### [Saved entries]
● ● ●
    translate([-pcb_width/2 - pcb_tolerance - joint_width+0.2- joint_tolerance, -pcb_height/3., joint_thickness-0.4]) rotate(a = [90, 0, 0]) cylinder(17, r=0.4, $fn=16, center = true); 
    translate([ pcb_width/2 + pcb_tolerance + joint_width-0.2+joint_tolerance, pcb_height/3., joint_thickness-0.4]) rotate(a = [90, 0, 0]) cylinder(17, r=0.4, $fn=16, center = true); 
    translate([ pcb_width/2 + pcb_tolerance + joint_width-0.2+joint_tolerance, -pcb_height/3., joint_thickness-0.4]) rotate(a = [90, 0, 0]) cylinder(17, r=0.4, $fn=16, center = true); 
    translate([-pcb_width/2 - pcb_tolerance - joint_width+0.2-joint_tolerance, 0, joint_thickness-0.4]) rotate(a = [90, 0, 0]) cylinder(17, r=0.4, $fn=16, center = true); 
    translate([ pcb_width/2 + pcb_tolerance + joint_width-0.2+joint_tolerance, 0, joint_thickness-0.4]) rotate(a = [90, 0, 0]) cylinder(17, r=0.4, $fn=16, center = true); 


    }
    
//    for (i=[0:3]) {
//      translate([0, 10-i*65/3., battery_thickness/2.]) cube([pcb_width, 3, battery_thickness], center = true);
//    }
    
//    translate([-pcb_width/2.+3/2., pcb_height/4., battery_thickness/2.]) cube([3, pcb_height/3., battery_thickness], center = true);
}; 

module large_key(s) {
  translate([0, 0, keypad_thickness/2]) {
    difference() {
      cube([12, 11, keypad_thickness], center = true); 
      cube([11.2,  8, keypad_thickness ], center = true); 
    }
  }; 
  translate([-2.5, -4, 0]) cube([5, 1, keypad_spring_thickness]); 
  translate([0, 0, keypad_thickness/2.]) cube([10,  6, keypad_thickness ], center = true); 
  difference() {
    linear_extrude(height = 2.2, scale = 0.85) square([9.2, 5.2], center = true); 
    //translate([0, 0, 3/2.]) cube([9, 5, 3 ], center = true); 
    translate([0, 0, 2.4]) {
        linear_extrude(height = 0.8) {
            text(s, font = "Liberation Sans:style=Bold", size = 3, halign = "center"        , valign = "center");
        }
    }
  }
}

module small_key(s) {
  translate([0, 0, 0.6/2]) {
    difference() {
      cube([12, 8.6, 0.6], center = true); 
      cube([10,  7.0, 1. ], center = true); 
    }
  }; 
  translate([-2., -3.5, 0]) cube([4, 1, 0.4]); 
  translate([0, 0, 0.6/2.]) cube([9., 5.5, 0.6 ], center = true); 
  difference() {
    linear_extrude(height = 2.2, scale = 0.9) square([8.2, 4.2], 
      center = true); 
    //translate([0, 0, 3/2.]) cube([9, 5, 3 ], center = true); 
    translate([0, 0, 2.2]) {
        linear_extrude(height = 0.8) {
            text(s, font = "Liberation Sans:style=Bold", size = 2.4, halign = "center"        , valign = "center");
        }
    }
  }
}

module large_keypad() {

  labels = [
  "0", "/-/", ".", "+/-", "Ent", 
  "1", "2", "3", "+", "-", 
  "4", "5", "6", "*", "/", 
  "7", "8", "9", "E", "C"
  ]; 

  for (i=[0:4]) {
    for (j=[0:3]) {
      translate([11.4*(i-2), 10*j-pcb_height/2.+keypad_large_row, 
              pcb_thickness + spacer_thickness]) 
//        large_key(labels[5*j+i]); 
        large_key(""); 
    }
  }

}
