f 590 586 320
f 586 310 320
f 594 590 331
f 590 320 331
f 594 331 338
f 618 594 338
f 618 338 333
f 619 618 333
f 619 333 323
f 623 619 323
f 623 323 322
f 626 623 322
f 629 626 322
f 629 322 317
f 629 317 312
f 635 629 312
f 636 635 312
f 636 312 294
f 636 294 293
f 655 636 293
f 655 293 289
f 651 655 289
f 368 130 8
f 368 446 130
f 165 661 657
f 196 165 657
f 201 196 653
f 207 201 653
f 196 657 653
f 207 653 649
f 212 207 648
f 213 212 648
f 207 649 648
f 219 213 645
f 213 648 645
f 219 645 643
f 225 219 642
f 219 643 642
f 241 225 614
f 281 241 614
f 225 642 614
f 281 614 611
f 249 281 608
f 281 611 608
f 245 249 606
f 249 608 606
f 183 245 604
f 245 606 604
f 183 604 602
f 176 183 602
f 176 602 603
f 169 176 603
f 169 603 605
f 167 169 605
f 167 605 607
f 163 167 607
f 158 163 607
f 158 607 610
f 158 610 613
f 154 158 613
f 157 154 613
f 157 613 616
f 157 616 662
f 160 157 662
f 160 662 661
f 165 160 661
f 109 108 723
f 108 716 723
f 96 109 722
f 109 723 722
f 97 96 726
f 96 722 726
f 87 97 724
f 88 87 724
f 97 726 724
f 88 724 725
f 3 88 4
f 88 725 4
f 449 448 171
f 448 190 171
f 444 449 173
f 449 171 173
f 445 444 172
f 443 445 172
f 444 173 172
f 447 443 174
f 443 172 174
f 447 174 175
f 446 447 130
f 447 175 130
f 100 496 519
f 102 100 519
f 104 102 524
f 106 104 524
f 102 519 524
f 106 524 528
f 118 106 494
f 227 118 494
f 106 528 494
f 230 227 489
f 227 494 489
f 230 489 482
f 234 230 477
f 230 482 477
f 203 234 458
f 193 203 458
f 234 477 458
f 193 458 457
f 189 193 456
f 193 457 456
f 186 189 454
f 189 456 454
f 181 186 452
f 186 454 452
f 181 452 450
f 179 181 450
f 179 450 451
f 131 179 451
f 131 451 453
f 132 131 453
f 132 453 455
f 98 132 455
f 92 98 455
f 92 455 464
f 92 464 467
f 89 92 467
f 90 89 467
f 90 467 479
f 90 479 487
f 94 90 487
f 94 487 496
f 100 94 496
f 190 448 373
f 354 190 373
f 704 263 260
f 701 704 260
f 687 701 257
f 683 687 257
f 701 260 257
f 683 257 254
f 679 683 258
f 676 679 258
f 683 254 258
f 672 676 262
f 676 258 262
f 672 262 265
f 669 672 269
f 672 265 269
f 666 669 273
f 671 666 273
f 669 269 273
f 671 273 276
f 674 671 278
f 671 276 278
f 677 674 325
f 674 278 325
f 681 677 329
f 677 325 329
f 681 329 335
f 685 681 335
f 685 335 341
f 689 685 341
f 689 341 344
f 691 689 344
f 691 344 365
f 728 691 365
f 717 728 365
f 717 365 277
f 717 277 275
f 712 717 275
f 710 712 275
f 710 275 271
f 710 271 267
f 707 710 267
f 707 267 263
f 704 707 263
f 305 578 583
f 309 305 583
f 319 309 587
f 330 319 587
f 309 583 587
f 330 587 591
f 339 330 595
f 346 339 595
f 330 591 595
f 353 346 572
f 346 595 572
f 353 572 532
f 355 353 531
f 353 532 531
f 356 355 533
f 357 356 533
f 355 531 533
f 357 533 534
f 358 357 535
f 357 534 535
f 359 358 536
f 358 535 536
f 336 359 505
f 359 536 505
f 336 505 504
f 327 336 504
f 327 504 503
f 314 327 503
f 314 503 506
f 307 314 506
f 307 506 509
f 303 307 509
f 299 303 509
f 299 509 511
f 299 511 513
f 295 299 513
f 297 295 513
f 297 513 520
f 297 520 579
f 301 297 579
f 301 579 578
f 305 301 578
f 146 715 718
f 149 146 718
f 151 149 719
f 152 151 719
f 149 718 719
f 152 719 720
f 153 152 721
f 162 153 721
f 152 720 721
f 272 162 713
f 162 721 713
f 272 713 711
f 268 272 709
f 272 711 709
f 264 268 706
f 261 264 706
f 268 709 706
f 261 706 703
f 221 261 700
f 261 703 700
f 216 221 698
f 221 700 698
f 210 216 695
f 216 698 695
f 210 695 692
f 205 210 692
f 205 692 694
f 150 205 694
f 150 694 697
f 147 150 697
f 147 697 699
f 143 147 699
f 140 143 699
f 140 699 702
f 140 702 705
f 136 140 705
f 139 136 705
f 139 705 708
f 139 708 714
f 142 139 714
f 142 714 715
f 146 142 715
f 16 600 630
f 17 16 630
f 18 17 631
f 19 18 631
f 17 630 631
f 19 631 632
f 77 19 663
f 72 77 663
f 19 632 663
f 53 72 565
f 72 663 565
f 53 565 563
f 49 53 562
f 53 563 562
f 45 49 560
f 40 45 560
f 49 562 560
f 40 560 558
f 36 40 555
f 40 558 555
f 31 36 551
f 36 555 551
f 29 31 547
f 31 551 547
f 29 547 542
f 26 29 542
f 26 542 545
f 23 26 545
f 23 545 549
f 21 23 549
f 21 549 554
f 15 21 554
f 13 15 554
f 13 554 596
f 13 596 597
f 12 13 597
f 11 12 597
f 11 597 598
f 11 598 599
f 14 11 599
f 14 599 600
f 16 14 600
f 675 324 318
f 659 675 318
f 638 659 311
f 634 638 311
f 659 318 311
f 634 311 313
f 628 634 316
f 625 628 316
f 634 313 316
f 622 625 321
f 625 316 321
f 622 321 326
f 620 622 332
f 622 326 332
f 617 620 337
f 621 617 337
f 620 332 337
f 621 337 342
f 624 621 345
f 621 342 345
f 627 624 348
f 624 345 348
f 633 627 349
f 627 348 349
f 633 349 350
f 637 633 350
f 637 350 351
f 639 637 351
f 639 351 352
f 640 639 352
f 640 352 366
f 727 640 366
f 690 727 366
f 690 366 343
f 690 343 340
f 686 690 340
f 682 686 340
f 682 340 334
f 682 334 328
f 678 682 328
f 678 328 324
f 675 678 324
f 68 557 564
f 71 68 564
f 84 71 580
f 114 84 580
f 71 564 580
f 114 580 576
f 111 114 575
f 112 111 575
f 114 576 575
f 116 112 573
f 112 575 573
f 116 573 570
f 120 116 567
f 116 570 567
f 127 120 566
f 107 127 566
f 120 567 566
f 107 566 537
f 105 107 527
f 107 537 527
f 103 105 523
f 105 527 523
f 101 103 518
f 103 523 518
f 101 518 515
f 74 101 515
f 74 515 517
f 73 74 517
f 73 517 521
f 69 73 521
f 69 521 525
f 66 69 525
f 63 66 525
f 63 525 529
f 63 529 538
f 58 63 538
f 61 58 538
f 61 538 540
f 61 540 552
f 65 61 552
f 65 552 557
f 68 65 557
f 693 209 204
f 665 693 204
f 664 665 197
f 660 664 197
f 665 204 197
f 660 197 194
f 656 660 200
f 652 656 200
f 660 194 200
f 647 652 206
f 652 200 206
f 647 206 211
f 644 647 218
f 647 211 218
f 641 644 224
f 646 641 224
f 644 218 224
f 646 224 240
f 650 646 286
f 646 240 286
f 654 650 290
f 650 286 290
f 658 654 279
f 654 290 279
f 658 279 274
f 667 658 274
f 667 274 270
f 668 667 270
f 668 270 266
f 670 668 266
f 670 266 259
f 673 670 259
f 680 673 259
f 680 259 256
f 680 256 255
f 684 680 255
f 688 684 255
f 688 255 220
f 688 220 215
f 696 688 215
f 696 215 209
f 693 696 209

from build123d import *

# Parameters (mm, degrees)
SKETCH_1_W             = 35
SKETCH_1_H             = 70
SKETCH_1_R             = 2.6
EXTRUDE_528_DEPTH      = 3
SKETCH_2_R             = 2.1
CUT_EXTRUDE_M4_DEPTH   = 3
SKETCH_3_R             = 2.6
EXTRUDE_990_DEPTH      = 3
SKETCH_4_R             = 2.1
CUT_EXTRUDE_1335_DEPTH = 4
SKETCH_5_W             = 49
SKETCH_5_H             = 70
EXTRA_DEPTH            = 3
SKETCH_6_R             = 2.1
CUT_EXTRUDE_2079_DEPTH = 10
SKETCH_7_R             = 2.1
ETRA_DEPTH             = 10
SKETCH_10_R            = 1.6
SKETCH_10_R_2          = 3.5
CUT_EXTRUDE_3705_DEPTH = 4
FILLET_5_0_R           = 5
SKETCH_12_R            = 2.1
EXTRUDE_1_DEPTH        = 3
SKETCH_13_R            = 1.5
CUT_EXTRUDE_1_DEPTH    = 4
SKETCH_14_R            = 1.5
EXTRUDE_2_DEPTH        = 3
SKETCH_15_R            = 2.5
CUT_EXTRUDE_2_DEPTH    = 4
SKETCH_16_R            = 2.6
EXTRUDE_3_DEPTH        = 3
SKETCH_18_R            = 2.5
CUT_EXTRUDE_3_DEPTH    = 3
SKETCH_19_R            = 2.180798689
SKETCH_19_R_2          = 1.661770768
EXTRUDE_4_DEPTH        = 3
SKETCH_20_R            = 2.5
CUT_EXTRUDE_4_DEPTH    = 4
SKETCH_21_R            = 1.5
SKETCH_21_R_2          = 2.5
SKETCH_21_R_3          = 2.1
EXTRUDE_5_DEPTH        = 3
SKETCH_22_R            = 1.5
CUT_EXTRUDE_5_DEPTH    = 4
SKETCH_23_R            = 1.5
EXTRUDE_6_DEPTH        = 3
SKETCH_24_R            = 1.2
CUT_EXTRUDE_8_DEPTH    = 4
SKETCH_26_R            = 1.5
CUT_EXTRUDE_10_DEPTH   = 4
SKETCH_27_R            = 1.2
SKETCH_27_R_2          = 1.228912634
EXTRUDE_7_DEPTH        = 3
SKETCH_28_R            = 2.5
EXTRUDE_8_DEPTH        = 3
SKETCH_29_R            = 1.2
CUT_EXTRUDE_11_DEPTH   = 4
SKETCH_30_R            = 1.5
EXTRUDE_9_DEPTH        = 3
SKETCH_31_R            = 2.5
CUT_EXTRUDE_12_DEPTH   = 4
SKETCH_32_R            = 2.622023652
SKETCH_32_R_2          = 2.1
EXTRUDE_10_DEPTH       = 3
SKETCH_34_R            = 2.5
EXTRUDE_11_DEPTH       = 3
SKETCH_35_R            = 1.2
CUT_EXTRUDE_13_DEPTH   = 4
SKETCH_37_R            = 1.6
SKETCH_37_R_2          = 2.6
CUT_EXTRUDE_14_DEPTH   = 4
● ● ●
### [YOUR ASSIGNMENT]
Restate word for word the entries above, starting at the line with "f 445 444 172" and ending at the line with "f 92 455 464", inclusive, and no others.

### [RESPONSE]
f 445 444 172
f 443 445 172
f 444 173 172
f 447 443 174
f 443 172 174
f 447 174 175
f 446 447 130
f 447 175 130
f 100 496 519
f 102 100 519
f 104 102 524
f 106 104 524
f 102 519 524
f 106 524 528
f 118 106 494
f 227 118 494
f 106 528 494
f 230 227 489
f 227 494 489
f 230 489 482
f 234 230 477
f 230 482 477
f 203 234 458
f 193 203 458
f 234 477 458
f 193 458 457
f 189 193 456
f 193 457 456
f 186 189 454
f 189 456 454
f 181 186 452
f 186 454 452
f 181 452 450
f 179 181 450
f 179 450 451
f 131 179 451
f 131 451 453
f 132 131 453
f 132 453 455
f 98 132 455
f 92 98 455
f 92 455 464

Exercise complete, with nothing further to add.